··· TASK MATERIAL ···
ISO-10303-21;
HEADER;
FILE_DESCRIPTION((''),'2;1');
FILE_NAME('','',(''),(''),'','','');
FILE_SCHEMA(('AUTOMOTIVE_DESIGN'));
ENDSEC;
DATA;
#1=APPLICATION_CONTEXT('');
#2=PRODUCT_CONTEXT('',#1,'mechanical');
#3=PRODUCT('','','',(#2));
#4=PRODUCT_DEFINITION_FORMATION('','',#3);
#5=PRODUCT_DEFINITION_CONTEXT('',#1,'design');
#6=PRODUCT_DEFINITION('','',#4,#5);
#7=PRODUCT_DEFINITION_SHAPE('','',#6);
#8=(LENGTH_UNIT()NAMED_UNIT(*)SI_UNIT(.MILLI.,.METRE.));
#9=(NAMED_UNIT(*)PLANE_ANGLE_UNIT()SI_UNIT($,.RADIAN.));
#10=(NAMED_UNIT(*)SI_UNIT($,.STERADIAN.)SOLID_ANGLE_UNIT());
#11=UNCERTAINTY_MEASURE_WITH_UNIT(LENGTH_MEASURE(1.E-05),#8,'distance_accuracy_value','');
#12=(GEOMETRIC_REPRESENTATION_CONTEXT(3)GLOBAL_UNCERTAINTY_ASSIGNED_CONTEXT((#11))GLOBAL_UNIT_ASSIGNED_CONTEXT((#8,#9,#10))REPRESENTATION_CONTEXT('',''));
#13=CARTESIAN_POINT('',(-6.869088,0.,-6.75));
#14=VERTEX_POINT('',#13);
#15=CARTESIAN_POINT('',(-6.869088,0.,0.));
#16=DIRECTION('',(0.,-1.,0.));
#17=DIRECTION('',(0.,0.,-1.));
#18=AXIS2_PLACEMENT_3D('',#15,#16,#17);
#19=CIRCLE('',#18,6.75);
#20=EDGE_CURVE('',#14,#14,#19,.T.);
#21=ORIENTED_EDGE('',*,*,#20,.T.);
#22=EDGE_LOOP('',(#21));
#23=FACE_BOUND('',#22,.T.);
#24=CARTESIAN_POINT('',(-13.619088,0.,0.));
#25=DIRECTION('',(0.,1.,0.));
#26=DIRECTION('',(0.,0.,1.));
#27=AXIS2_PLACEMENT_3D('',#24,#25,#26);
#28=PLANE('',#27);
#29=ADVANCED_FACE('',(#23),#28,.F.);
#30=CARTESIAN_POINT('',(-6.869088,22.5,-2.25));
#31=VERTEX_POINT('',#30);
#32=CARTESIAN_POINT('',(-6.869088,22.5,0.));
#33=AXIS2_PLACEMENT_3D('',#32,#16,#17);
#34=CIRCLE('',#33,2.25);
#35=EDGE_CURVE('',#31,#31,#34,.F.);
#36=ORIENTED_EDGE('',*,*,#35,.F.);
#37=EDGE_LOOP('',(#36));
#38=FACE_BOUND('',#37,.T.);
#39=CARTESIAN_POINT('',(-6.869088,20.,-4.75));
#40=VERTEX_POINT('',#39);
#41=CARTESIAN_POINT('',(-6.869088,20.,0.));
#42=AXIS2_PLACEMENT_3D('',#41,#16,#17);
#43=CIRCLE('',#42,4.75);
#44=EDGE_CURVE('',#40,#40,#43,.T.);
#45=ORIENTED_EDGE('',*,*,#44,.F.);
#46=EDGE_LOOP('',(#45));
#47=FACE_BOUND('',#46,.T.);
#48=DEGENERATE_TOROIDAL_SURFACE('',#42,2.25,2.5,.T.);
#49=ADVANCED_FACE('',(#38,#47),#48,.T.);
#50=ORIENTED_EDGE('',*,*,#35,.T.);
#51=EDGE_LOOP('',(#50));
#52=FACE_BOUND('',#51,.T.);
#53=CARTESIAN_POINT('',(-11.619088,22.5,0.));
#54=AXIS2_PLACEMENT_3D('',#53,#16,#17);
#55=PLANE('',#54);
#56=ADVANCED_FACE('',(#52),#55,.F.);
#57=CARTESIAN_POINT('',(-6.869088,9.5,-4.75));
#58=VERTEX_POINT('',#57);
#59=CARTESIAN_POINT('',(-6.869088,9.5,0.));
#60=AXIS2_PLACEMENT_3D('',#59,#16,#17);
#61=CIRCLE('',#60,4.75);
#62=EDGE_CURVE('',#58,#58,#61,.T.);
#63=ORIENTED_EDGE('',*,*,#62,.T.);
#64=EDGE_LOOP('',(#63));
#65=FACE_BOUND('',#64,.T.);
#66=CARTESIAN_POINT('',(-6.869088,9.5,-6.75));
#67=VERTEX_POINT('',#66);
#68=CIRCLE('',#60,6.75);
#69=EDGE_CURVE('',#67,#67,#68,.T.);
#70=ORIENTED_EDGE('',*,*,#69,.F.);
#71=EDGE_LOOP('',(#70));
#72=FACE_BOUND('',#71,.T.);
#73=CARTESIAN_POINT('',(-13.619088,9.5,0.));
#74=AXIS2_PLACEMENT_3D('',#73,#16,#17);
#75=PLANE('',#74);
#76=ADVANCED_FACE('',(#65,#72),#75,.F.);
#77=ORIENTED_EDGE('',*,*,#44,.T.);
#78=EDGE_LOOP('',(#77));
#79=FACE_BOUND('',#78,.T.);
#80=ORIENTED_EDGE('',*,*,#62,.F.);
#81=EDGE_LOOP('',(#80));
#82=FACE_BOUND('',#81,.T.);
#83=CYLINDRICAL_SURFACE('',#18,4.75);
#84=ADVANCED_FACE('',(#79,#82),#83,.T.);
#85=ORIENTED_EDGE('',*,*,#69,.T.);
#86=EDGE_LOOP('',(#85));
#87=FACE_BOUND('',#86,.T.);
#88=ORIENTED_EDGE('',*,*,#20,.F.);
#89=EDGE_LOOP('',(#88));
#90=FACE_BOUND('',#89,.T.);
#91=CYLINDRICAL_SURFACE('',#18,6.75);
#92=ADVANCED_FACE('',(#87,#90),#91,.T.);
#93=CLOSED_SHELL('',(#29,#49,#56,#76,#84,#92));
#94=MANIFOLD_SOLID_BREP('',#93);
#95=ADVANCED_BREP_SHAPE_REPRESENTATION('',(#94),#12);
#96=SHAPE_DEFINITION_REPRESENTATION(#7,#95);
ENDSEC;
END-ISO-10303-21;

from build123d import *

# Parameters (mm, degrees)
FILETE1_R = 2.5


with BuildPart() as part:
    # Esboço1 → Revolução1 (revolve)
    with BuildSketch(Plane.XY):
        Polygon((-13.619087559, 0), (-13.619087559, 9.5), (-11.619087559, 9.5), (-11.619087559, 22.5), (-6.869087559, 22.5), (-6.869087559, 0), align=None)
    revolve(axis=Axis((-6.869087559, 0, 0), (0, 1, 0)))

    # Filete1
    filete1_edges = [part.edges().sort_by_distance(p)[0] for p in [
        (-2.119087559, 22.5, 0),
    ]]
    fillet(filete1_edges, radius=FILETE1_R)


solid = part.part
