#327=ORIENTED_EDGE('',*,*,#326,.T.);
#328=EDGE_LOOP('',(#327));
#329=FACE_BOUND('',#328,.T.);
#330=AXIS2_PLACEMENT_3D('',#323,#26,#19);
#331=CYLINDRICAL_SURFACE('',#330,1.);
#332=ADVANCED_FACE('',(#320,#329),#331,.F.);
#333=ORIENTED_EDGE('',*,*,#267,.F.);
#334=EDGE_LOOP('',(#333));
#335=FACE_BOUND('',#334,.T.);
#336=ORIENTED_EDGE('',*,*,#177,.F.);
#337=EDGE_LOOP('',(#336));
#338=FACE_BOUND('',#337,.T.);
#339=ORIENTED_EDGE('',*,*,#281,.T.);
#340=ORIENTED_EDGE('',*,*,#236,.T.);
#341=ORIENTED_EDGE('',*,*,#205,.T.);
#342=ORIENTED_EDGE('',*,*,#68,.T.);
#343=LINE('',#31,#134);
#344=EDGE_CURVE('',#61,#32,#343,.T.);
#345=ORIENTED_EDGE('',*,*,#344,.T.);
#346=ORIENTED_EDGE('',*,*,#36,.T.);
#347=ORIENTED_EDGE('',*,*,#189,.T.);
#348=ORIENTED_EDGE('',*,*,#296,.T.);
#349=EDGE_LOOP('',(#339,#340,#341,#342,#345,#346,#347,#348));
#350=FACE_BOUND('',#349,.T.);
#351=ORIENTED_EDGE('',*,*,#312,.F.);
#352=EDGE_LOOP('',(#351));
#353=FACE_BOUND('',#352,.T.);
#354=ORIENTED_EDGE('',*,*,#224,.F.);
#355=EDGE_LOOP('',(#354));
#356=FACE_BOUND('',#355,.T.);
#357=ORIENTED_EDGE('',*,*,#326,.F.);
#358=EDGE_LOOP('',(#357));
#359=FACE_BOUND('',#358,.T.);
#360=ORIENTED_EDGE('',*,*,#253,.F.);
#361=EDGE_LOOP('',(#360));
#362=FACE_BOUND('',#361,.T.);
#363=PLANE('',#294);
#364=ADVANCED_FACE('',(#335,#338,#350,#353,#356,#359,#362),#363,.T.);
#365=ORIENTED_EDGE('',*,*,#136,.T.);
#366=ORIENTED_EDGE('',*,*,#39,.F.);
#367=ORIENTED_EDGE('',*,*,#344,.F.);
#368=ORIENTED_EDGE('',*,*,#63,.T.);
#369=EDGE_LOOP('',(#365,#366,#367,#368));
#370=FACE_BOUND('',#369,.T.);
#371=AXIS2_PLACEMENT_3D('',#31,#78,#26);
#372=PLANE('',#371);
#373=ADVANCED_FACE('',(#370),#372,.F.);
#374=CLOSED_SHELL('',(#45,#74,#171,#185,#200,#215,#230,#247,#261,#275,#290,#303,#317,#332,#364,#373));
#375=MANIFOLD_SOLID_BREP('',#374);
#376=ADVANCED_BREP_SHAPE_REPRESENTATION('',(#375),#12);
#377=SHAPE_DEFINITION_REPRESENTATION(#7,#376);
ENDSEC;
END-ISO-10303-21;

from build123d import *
···
TASK
Every line above from the line with "#327=ORIENTED_EDGE('',*,*,#326,.T.);" to the line with "#339=ORIENTED_EDGE('',*,*,#281,.T.);" is wanted, ends included; write them out exactly and add no other line.

YOUR RESPONSE
#327=ORIENTED_EDGE('',*,*,#326,.T.);
#328=EDGE_LOOP('',(#327));
#329=FACE_BOUND('',#328,.T.);
#330=AXIS2_PLACEMENT_3D('',#323,#26,#19);
#331=CYLINDRICAL_SURFACE('',#330,1.);
#332=ADVANCED_FACE('',(#320,#329),#331,.F.);
#333=ORIENTED_EDGE('',*,*,#267,.F.);
#334=EDGE_LOOP('',(#333));
#335=FACE_BOUND('',#334,.T.);
#336=ORIENTED_EDGE('',*,*,#177,.F.);
#337=EDGE_LOOP('',(#336));
#338=FACE_BOUND('',#337,.T.);
#339=ORIENTED_EDGE('',*,*,#281,.T.);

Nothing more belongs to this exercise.